Lo scorso anno l’Unione delle Camere Penali e il suo Osservatorio sul Carcere avevano partecipato con straordinario entusiasmo alla iniziativa “Ferragosto in carcere”, promossa dal Partito Radicale. Centinaia di avvocati penalisti, unitamente a militanti e dirigenti radicali, decine di parlamentari e garanti territoriali avevano dato luogo a una mobilitazione su vasta scala visitando, a cavallo del 15 agosto, circa 80 istituti penitenziari, in 18 regioni italiane. Da Tolmezzo a Palermo, da Torino a Salerno, da Trieste a Bari, da Aosta a Reggio Calabria, passando per Roma, Milano, Napoli e Firenze. Una mobilitazione di grande valore civile che ha consentito di avere un quadro d’insieme del sistema penitenziario nazionale, smascherando l’ipocrita affermazione che in Italia non vi fosse sovraffollamento, una sanità penitenziaria carente, disagi e trattamenti detentivi disumani e degradanti.

Numerose, quindi, le interrogazioni parlamentari al ministro della Giustizia sulle gravi distorsioni riscontrate nelle numerose visite.
Dopo il flagello del coronavirus, che ha messo a nudo le criticità strutturali e organizzative del pianeta carcere nazionale e che ha imposto una rigida chiusura agli accessi esterni al carcere (su tutti colloqui familiari, colloqui avvocati, volontari) e la sospensione di tutte le attività trattamentali, in quei pochi istituti ove venivano tenute, dopo le rivolte, con la morte violenta di 13 detenuti (una delle pagine più brutte dei nostri giorni ancora avvolta nel mistero più profondo), con un elevato numero di suicidi sino a oggi registrato (ben 33 detenuti), ci saremmo aspettati una disponibilità rinnovata del Dap al Ferragosto in carcere 2020, promossa, ancora una volta, dal Partito Radicale. E invece il Dap ha autorizzato visite in carcere, pur in numero ridotto (due persone), in soli 5 istituti penitenziari. Una concessione che rende ancor più fosco il quadro già oscuro delle nostre prigioni.

Pur comprendendo le ragioni che hanno imposto la limitazione numerica delle delegazioni autorizzate alla visita, francamente non riusciamo davvero a darci una spiegazione razionale sulla scellerata decisione dei vertici del Dap – rinnovati dopo le sceneggiate messe in onda nella sanguinosa “Arena” televisiva di Giletti – di consentire le visite per il “Ferragosto in carcere” solo in 5 istituti su 198, come se i restanti 193 fossero già contagiati dal virus e si temesse di diffonderlo all’esterno. È davvero difficile comprendere una scelta così illogica quanto scriteriata che non aiuta il mondo carcerario a recuperare quella tranquillità già messa in discussione dalla privazione della libertà, dalla lontananza degli affetti familiari e che rischia di diffondere, tra i detenuti ed i detenenti, un virus ancora più violento e mortale del covid: l’indifferenza ed il silenzio verso un mondo posto al di là dei confini della nostra civiltà.

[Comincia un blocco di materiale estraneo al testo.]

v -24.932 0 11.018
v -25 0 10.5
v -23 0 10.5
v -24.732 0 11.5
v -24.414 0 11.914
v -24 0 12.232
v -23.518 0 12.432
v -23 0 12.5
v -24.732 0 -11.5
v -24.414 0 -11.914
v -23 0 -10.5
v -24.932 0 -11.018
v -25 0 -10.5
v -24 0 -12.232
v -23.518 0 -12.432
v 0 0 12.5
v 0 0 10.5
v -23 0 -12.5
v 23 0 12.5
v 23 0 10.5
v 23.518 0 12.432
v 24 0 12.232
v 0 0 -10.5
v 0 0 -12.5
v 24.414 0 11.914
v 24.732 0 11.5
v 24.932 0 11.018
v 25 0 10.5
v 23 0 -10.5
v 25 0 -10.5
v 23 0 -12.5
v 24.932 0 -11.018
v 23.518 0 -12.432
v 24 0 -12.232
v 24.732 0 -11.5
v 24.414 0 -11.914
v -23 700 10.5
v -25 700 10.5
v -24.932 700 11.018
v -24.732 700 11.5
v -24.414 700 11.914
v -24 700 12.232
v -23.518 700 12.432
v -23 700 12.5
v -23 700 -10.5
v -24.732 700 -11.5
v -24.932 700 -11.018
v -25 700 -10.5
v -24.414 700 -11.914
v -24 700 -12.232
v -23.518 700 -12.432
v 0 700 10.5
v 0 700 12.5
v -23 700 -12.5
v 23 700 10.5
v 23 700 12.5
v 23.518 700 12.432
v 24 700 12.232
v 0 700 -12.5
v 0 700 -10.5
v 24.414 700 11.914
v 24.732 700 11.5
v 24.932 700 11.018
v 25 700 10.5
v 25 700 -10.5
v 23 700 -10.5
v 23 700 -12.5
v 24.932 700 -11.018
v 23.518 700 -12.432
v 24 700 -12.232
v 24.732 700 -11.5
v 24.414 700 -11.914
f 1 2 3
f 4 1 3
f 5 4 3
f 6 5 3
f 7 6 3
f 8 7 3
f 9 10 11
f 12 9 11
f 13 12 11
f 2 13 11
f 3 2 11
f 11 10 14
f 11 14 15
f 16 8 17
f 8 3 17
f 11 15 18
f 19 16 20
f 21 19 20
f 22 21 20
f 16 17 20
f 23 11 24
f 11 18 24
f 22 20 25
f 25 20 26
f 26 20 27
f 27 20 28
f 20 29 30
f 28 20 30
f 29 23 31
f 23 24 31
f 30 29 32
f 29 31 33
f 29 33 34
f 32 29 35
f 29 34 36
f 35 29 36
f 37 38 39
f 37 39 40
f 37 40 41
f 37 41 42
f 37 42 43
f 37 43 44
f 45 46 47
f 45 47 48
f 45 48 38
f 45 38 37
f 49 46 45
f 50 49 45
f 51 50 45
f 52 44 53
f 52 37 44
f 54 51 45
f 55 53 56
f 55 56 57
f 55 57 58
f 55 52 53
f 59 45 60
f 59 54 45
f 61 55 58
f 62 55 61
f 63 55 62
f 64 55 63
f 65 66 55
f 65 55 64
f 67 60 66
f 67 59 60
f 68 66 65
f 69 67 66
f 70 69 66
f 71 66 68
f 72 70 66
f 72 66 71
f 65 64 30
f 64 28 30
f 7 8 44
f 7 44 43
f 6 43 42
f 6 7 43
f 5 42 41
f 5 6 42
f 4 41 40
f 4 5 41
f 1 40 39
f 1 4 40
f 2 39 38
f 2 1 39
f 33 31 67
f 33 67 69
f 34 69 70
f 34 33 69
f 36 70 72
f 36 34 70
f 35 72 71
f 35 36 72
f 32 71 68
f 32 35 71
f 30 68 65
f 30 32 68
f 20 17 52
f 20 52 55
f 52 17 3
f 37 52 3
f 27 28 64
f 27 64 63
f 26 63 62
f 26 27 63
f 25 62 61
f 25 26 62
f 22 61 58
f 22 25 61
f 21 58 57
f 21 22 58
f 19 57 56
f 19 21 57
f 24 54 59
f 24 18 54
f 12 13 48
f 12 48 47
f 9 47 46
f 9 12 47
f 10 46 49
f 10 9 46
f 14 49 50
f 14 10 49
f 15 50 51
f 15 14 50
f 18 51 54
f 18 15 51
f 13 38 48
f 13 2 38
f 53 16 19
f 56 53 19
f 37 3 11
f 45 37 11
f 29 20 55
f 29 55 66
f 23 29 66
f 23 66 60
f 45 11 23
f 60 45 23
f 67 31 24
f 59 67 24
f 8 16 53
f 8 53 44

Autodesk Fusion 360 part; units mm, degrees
sketch "Sketch1" plane through (0, 0, 0) normal (0, 1, 0) x (1, 0, 0)
  line L0 (0, -12.5) -> (23, -12.5)
  line L1 (25, -10.5) -> (25, 10.5)
  line L2 (23, 12.5) -> (0, 12.5)
  line L3 (0, -12.5) -> (-23, -12.5)
  line L4 (-25, -10.5) -> (-25, 10.5)
  line L5 (-23, 12.5) -> (0, 12.5)
  arc A0 (-25, -10.5) -> (-23, -12.5) centre (-23, -10.5) ccw
  arc A1 (23, -12.5) -> (25, -10.5) centre (23, -10.5) ccw
  arc A2 (-23, 12.5) -> (-25, 10.5) centre (-23, 10.5) ccw
  line L6 (-23, 10.5) -> (0, 10.5)
  line L7 (23, 10.5) -> (0, 10.5)
  line L8 (23, -10.5) -> (23, 10.5)
  line L9 (0, -10.5) -> (23, -10.5)
  line L10 (0, -10.5) -> (-23, -10.5)
  line L11 (-23, -10.5) -> (-23, 10.5)
  arc A3 (25, 10.5) -> (23, 12.5) centre (23, 10.5) ccw
  point P0 (25, -12.5)
  dimension "d1" = 12.5
  dimension "d2" = 25
  dimension "d3" = 25
  dimension "d4" = 2
  dimension "d5" = 2
  dimension "d6" = 2
  dimension "d7" = 2
extrude "Extrude1" add sketch "Sketch1" along normal blind 700
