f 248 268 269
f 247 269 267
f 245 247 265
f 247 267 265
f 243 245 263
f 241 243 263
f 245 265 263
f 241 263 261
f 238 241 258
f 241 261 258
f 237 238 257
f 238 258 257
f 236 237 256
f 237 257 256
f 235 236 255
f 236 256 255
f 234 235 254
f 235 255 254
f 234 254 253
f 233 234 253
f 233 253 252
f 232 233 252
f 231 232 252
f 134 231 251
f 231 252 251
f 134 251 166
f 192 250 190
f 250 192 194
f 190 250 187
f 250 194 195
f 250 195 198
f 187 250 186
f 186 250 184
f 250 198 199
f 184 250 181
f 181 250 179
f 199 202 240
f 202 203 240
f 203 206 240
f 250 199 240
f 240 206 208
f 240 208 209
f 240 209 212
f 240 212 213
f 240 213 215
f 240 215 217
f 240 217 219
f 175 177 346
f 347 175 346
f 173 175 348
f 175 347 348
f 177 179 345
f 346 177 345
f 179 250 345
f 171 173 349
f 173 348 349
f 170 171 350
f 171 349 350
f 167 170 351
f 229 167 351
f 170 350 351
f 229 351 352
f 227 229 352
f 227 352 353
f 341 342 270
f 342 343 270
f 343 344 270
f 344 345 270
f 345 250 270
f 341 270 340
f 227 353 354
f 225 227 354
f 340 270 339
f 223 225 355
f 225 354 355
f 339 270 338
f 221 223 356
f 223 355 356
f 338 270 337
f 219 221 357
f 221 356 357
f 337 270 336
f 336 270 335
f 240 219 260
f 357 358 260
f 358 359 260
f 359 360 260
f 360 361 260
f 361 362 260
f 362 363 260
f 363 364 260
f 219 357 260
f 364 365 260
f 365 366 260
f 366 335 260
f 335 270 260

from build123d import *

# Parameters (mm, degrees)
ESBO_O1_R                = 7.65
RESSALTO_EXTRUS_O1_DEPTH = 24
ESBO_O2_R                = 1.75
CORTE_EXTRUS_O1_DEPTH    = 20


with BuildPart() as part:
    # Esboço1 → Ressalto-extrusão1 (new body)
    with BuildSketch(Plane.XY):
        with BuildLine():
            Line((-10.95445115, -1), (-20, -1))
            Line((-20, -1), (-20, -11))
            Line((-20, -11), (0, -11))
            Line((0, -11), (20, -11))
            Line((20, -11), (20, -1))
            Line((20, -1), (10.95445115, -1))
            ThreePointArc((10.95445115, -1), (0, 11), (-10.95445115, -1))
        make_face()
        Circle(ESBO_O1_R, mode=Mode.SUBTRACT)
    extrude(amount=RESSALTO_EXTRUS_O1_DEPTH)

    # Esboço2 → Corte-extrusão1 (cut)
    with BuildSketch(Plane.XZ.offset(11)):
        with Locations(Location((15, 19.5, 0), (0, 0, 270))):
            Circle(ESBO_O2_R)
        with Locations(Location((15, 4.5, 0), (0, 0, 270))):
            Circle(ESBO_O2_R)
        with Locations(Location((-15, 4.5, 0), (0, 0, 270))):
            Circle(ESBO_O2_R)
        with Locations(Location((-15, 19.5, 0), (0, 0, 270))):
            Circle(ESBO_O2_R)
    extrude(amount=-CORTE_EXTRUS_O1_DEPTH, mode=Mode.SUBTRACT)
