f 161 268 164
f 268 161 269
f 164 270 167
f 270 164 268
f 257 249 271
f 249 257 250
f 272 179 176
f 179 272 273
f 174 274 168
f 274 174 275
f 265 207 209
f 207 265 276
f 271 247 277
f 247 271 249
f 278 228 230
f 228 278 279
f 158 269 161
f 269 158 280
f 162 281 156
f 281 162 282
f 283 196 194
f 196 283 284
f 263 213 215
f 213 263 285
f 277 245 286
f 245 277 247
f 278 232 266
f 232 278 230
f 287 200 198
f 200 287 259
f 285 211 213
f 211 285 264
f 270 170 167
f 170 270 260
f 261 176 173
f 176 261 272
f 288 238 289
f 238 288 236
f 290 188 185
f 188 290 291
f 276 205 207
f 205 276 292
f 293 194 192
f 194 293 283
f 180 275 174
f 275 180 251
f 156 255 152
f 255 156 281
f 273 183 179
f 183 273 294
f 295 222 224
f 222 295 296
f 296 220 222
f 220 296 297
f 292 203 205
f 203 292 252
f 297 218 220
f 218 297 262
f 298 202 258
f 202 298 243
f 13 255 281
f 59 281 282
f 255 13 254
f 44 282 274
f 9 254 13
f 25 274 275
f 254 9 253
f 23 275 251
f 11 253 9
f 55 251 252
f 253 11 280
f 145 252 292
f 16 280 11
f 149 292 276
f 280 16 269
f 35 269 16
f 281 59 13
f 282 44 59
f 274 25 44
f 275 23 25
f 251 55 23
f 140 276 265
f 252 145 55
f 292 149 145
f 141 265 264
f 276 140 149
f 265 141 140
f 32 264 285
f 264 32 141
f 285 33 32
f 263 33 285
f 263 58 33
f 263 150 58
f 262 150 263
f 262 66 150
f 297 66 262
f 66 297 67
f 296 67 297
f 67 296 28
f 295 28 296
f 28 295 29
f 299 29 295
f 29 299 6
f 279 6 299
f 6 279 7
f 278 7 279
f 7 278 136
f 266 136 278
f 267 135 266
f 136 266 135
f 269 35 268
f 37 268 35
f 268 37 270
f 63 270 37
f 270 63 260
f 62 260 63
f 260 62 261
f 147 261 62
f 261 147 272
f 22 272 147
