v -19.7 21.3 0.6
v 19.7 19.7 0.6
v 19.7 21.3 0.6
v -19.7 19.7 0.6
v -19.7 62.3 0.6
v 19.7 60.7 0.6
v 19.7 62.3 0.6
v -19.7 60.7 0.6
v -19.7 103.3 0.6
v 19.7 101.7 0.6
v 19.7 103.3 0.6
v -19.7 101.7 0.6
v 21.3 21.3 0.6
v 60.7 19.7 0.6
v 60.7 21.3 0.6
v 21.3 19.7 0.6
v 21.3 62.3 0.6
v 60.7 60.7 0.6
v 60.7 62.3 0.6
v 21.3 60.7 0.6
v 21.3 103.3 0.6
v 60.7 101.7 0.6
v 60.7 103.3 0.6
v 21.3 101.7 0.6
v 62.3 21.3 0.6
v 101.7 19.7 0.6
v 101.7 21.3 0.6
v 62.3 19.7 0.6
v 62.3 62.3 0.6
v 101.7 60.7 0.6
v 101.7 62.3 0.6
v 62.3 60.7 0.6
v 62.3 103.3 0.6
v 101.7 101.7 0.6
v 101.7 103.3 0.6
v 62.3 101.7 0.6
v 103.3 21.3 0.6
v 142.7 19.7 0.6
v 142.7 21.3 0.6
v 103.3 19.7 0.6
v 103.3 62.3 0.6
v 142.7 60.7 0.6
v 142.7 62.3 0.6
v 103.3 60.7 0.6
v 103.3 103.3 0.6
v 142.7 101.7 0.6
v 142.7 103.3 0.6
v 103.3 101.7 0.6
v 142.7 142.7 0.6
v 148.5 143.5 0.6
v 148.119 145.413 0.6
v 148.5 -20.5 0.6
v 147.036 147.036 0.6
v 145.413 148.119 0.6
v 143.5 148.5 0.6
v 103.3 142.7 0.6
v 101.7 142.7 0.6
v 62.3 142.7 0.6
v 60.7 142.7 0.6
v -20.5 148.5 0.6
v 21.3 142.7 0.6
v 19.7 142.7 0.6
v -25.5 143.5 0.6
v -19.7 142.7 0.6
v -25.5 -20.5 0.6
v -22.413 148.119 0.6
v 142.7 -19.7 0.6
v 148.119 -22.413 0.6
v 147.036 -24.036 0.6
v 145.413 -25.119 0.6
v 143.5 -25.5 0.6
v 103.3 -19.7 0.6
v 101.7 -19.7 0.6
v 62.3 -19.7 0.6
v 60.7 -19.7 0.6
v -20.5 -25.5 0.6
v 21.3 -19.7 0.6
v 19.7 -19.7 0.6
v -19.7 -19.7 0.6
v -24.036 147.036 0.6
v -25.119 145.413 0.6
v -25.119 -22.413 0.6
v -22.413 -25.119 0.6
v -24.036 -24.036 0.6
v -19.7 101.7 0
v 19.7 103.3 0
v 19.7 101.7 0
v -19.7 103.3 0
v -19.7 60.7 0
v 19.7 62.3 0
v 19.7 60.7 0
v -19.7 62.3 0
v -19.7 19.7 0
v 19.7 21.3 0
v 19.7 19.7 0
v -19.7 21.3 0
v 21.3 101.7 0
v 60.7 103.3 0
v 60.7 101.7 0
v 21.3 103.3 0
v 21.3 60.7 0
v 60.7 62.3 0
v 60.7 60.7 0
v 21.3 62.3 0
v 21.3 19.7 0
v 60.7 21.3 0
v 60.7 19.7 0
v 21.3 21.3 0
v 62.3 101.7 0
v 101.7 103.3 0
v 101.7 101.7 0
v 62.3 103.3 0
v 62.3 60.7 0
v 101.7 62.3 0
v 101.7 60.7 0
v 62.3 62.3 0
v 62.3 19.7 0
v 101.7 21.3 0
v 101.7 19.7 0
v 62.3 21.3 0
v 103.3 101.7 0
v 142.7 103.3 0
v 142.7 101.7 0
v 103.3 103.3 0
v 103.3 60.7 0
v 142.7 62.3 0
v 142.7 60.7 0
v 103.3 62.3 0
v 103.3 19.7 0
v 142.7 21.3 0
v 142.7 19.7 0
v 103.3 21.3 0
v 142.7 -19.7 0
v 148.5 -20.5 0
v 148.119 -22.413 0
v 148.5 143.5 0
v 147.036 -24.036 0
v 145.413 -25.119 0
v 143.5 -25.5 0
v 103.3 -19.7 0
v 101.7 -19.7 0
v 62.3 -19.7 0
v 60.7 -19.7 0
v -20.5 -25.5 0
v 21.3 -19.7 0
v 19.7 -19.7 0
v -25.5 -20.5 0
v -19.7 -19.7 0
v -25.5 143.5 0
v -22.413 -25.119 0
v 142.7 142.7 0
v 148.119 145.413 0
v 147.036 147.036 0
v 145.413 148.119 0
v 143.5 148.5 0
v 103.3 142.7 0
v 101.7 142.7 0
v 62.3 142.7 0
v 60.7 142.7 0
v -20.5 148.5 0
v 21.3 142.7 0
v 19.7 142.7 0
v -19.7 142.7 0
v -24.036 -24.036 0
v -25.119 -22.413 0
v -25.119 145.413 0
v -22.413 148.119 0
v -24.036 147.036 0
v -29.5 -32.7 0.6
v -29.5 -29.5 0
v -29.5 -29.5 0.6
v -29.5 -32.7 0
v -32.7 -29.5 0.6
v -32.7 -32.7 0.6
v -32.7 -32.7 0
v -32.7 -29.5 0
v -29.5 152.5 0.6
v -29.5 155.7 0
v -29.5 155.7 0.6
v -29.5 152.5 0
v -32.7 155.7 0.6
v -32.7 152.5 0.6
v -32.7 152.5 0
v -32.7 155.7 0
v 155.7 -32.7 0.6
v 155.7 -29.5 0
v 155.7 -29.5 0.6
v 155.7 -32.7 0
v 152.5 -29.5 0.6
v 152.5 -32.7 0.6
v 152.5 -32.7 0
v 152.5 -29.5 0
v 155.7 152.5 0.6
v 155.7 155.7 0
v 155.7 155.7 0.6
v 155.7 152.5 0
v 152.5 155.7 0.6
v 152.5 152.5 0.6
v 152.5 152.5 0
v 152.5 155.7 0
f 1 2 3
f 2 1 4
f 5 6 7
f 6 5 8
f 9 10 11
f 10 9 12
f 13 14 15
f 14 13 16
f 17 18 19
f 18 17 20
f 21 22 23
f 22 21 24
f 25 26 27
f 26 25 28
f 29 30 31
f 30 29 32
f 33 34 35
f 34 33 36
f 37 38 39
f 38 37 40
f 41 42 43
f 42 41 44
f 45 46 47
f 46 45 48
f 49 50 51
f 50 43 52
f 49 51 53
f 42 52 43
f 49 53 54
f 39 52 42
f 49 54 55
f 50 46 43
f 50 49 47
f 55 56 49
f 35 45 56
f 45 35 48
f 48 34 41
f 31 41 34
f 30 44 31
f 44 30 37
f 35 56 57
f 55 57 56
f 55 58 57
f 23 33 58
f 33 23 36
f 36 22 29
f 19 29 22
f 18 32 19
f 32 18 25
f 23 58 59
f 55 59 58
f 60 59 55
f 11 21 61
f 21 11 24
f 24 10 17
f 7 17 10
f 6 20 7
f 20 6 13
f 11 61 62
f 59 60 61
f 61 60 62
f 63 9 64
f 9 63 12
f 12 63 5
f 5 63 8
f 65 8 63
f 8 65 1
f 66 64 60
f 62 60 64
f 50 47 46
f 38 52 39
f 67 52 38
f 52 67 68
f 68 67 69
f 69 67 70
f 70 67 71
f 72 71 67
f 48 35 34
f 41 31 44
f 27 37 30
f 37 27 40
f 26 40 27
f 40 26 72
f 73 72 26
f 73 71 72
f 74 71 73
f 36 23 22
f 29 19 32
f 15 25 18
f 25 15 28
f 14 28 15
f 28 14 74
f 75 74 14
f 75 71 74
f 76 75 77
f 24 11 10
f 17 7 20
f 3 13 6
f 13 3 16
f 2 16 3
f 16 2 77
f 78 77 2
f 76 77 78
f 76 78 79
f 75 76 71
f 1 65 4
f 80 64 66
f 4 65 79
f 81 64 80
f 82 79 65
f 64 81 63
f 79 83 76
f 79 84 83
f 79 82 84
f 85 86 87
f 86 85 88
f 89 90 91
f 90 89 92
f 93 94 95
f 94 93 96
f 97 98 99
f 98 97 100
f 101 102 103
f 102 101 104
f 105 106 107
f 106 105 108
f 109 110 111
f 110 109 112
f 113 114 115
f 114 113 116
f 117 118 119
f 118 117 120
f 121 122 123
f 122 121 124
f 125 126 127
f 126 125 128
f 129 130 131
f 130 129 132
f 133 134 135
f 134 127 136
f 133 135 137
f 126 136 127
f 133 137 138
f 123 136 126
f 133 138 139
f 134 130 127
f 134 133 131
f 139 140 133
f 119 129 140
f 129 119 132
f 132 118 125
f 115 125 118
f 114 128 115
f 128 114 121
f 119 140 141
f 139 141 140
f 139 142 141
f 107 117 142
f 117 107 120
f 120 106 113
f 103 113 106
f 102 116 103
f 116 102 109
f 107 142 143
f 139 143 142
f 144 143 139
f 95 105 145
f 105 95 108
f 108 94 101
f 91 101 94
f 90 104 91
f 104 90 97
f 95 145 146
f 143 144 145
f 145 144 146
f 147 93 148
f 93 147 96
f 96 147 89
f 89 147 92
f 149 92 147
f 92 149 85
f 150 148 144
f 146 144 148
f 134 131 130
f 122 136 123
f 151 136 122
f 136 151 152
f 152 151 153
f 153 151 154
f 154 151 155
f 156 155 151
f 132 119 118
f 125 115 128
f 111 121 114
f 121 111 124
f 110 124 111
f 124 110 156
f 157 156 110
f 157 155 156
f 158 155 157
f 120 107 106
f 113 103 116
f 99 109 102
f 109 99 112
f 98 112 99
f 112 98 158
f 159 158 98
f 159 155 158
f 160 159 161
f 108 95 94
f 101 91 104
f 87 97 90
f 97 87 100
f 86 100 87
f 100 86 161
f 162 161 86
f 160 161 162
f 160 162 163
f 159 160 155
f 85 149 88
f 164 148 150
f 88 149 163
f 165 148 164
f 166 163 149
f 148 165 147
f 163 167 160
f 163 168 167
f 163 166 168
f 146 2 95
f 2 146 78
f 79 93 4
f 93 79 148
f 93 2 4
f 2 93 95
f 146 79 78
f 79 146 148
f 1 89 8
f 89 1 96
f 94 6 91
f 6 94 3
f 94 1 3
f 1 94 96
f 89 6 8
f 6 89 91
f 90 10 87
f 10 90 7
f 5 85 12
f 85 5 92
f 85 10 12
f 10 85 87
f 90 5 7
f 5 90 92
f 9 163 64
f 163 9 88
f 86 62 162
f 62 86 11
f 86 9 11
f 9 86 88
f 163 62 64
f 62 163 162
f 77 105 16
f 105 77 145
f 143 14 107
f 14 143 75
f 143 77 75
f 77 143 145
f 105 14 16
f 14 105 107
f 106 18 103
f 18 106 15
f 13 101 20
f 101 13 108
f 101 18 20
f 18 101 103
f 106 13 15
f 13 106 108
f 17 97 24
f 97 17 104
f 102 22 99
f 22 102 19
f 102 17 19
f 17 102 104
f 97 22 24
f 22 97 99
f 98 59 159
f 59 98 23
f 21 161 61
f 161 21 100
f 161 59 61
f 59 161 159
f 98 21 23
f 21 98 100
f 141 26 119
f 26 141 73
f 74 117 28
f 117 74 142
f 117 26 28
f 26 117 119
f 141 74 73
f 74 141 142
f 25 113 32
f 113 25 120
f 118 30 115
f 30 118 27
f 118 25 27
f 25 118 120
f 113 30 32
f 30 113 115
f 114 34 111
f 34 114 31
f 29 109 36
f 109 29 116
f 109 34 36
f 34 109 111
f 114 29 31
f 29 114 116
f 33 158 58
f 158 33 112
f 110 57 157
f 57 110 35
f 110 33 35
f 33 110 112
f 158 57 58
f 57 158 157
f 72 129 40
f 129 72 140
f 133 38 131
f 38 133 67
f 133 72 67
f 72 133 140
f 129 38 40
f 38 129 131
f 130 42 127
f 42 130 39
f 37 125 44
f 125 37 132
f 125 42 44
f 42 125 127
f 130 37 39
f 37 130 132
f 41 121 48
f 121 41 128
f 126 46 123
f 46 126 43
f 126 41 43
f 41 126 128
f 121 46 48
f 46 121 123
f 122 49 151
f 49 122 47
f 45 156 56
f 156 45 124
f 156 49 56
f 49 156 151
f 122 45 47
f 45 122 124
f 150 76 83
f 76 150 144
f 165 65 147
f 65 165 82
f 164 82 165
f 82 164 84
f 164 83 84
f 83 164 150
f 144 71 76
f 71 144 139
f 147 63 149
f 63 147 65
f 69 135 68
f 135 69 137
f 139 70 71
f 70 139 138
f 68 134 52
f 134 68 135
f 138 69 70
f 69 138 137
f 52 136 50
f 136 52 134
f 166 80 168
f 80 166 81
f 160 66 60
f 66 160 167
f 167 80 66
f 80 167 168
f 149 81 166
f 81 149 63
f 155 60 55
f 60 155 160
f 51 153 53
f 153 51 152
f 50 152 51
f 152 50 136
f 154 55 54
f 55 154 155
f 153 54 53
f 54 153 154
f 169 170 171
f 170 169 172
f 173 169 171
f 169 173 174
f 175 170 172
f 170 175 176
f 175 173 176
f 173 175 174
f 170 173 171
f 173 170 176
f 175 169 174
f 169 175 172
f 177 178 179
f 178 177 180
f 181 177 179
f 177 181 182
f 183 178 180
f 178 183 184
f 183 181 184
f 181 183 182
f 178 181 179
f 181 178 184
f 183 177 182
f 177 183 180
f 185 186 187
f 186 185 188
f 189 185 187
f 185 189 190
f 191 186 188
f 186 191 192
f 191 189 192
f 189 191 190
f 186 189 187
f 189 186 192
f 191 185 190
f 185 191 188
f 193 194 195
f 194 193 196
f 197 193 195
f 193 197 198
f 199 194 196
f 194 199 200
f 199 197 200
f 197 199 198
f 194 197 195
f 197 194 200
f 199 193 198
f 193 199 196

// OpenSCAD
//Mark Peeters ChessBoard multi color 
// CC-BY-NC-SA Mark G. Peeters 3-17-2018
//https://www.youmagine.com/designs/chess-checkers-board-toolpath-painting
//https://www.thingiverse.com/thing:2853484
/*
I used a bit of CC0 Public Domain code to make my stars from here:
http://files.openscad.org/examples/Functions/recursion.html
 Written in 2015 by Torsten Paul <Torsten.Paul@gmx.de>
*/
/******************************************************
----------------
the idea is to print in at least 3 colors.
----------------
the registation dots are so that the slicer will place the different STL files in the exact same place on the bed.
----------------
When printing the star inside you can choose high shell count in cura and get a cool pattern.
----------------
When printing the background use low shell count like 1 and you will get basic lines
----------------
Backing will be printed in quarters on top of face parts
----------------
all face parts the same for the 4 quasters
----------------
the inner boarder is the same on all and can be trimmed off treated like a brim before assembly
----------------
Different colored stars should face in different directions, so I'm flipping them 180deg
----------------
note on code: I used a few %2. That's modulus division, which is handy for a number of things. Basically, you divide the number, and the remainder is what you have. So it's a great way to check if even or odd.
----------------

*******************************************************/

//size of squares (mm)
side=41;
//the surface thickness the board (mm) (1st layer, set in slicer)
thick=0.6;
//thickness of the whole board (mm)(including 1st layer)
thickFull=3;
//outer boarder thickness (mm)
edge_thick=5;
//inner boarder thickness, lines between squares(mm)normally 2*nozzle
lines=1.6;//nice if this is a multiple of the nozzle, 
//number of star points
start_points=5;
//star shrink (mm) so start fits inside the squares
star_shrink=0.8*4;//lines*4
//register dots spacing (mm) gap for registering dots
regspace=4;
//x num for grid (how many squares in X direction)
xnum=4;
//ynum for grid (how many squares in Y direction)
ynum=4;

//render? (1st layer) Choose which color squares to render
color2make=3;// [0:color#1 (stars no rotation), 1:color#2 (stars 180deg rotation), 3:both colors]
//render? (1st layer) Choose which inner part to render 
part2make=4;//[1:square outer, 2:square inner (stars), 4:inner boarder lines, 3:all inner parts (for visualization) , 5:no 1st layer inner objects]
//render? (1st layer) Choose which outer boarder quadrant to render
quadrant=5;//[1:Q1 outer boarder 1st layer,2:Q2 outer boarder 1st layer,3:Q3 outer boarder 1st layer,4:Q4 outer boarder 1st layer,5:all corners (1st layer), 6:no 1st layer outer boarder]
//render? (body, 2nd layer and up) Choose which quadrant for main part
quadrantMain=6;//[1:Q1 body 2nd layer and up,2:Q2 body 2nd layer and up,3:Q3 body 2nd layer and up,4:Q4 body 2nd layer and up,5:all corners body 2nd layer and up, 6:no body 2nd layer and up]


//YOU WILL NEED TO RENDER THE FOLLOWING PARTS FOR PRINTING
/*
[color2make,part2make,quadrant,quadrantMain]
visualize surface render=[3,3,5,6]
color1_outer=[0,1,6,6] //same for all quadrants
color1_inner=[0,2,6,6] //same for all quadrants
color2_outer=[1,1,6,6] //same for all quadrants
color2_inner=[1,2,6,6] //same for all quadrants
lines surface=[3,4,5,6] //same for all quadrants trim extra
body_Q1=[?,5,6,1] //1st quardant (first variable is ignored)
body_Q2=[?,5,6,2] //1st quardant (first variable is ignored)
body_Q3=[?,5,6,3] //1st quardant (first variable is ignored)
body_Q4=[?,5,6,4] //1st quardant (first variable is ignored)
*/

//////////////////////////////////////////////////////////////
////////////////make things///////////////////////////////////
//////////////////////////////////////////////////////////////
makeSquares(xnum,ynum,color2make,part2make);//(1st layer) make inner parts
make_boarder(quadrant,thick);//(1st layer) add the outer boarders
mainPart(quadrantMain);//(body, 2nd layer and up) main body part
reg_points();//(1st layer) registration points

Eppure l’Oms, nelle linee guida appositamente predisposte per affrontare il pericolo contagio del coronavirus nelle carceri di tutta Europa, pur riconoscendo l’opportunità di limitare, temporaneamente e in via straordinaria, i contatti con il mondo esterno, ha segnalato i gravi rischi che l’isolamento prolungato possa comportare in termini di violazione dei diritti umani, ammonendo, infine, i governi di tutta Europa a non utilizzare il rischio epidemiologico per opporsi “all’ispezione esterna delle carceri e degli altri luoghi di detenzione”. Non siamo per nulla rassegnati dinanzi a queste restrittive decisioni del Dap e siamo mobilitati per procedere ad una campagna massiccia di visite, in numero non superiore a 2 persone, negli istituti penitenziari di tutta Italia a partire da settembre, convinti che il carcere non possa essere il cimitero dei vivi.